- Stored data:
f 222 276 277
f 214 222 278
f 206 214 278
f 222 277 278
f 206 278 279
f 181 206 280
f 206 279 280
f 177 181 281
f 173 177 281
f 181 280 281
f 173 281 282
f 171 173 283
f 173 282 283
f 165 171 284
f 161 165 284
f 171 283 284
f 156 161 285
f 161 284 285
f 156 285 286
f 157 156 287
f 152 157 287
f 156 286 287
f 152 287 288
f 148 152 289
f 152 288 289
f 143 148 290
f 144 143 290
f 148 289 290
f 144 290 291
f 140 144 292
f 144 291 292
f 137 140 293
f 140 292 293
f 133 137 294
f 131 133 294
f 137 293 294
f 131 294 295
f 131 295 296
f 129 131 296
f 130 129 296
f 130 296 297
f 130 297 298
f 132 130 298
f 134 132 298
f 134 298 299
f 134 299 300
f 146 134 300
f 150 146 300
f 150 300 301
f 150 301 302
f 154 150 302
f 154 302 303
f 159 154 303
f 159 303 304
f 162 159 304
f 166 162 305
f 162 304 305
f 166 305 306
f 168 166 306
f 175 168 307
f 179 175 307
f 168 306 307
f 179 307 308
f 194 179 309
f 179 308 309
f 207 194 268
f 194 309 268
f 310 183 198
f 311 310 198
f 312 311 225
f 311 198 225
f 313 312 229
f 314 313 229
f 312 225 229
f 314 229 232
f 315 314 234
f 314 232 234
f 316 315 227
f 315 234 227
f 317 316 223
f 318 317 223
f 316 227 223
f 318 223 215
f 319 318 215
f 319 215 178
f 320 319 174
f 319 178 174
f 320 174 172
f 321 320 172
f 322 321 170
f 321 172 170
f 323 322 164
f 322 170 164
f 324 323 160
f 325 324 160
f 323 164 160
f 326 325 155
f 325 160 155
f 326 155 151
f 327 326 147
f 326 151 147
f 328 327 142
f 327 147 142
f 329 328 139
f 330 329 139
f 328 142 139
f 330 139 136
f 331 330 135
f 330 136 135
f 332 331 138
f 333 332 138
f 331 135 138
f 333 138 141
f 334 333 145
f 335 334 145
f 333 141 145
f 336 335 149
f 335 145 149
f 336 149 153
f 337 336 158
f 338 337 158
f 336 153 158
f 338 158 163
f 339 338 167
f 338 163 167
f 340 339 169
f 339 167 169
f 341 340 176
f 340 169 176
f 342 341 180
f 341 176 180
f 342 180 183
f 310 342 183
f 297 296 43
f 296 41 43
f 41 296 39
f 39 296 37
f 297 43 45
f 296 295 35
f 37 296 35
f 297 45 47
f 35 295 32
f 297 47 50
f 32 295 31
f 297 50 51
---
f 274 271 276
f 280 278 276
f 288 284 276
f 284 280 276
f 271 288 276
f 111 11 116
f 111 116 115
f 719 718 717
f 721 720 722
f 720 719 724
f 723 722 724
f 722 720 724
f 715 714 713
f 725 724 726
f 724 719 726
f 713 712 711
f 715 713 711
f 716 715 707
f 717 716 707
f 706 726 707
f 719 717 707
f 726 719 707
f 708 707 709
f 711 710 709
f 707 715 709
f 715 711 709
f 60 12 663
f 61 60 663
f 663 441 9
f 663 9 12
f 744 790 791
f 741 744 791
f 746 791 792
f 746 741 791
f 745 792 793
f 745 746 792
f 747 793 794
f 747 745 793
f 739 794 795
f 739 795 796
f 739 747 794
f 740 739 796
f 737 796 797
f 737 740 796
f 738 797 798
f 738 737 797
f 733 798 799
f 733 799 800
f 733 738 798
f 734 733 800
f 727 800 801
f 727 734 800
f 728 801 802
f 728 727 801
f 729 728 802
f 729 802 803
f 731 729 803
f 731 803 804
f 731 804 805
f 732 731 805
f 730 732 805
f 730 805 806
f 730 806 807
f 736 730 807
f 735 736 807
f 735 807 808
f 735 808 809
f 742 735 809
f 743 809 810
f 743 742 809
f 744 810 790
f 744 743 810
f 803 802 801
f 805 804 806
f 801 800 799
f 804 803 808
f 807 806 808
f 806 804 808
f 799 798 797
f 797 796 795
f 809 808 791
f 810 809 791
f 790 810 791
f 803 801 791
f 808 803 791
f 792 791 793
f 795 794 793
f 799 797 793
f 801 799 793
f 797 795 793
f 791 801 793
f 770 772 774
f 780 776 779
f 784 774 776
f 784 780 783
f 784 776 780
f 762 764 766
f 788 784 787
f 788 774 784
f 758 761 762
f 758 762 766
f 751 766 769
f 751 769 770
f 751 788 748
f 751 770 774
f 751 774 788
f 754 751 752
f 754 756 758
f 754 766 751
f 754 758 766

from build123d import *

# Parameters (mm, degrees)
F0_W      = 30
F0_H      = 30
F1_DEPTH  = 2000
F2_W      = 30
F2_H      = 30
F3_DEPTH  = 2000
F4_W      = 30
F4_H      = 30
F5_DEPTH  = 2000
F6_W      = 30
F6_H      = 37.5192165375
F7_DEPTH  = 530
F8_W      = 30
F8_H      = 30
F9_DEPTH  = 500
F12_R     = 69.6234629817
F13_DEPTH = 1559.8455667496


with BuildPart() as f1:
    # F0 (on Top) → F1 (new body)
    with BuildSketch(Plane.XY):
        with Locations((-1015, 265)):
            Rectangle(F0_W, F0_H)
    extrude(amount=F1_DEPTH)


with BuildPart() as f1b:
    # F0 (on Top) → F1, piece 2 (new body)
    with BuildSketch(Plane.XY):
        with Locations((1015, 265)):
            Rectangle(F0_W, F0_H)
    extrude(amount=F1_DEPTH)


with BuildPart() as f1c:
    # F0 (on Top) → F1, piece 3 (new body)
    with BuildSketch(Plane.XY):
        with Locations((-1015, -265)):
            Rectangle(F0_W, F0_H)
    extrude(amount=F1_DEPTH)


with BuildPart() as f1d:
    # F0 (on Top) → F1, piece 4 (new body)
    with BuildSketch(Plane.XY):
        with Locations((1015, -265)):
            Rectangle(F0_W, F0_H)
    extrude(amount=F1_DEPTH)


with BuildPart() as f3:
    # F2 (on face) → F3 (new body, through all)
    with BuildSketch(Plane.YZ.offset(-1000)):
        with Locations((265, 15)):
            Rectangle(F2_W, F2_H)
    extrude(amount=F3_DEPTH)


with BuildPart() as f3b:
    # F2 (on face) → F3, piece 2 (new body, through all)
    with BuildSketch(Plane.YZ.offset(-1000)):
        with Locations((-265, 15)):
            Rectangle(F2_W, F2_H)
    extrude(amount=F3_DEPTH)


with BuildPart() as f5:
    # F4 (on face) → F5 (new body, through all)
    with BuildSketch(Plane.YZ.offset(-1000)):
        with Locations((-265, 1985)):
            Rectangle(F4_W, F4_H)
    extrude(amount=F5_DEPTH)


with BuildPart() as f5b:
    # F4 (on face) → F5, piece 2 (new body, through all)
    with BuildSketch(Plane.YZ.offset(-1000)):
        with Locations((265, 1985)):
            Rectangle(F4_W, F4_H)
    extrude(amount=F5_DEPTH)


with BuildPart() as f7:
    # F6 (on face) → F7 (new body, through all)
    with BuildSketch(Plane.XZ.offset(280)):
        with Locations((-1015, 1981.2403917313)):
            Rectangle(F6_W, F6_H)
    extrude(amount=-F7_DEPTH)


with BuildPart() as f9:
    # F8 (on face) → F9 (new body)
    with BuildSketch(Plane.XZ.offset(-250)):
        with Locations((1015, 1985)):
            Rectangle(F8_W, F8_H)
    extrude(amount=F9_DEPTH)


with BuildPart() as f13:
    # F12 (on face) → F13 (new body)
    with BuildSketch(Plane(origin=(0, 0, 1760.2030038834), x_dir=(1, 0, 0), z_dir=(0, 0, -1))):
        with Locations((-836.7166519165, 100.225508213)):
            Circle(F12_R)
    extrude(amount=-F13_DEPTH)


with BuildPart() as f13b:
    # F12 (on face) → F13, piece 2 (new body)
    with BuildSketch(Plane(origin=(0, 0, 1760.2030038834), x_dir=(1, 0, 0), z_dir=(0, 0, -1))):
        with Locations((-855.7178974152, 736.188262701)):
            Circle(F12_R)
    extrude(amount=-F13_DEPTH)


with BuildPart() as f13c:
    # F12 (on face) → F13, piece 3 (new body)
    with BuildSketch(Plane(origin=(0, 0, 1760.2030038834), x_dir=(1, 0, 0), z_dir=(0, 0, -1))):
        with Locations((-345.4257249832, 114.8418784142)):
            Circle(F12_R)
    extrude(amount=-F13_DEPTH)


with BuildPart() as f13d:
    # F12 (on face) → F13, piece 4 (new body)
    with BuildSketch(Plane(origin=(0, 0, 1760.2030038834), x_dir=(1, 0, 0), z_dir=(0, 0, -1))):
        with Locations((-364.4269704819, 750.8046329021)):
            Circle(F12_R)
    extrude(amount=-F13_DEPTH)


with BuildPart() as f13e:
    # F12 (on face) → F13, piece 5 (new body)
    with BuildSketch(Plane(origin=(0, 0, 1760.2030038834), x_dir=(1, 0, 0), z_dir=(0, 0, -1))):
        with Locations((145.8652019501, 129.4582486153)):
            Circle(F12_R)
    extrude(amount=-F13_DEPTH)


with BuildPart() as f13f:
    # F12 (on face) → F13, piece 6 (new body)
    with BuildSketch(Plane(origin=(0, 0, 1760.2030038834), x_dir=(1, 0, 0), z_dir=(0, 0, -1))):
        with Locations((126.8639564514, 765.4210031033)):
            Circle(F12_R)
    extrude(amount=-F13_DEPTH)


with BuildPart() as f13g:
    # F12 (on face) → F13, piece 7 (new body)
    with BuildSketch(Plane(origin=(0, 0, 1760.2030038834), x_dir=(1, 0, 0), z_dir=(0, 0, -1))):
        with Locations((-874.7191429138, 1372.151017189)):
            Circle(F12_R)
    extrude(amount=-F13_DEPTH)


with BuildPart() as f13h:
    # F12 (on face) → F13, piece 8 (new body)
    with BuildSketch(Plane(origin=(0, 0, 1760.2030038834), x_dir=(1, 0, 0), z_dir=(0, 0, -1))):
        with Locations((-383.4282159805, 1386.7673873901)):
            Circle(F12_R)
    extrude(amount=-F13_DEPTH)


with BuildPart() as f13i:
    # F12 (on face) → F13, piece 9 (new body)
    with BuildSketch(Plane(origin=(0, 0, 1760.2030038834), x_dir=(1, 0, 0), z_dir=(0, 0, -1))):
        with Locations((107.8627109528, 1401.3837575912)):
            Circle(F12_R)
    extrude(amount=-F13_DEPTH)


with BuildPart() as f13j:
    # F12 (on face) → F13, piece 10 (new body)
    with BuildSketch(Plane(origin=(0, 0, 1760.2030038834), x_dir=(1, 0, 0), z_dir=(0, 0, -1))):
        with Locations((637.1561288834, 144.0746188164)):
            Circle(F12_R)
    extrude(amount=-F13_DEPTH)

- What the exercise asks: Looking at the data above, return every line from the one with "f 340 169 176" down to the one with "f 297 50 51", exactly and inclusively.

- Task solution:
f 340 169 176
f 342 341 180
f 341 176 180
f 342 180 183
f 310 342 183
f 297 296 43
f 296 41 43
f 41 296 39
f 39 296 37
f 297 43 45
f 296 295 35
f 37 296 35
f 297 45 47
f 35 295 32
f 297 47 50
f 32 295 31
f 297 50 51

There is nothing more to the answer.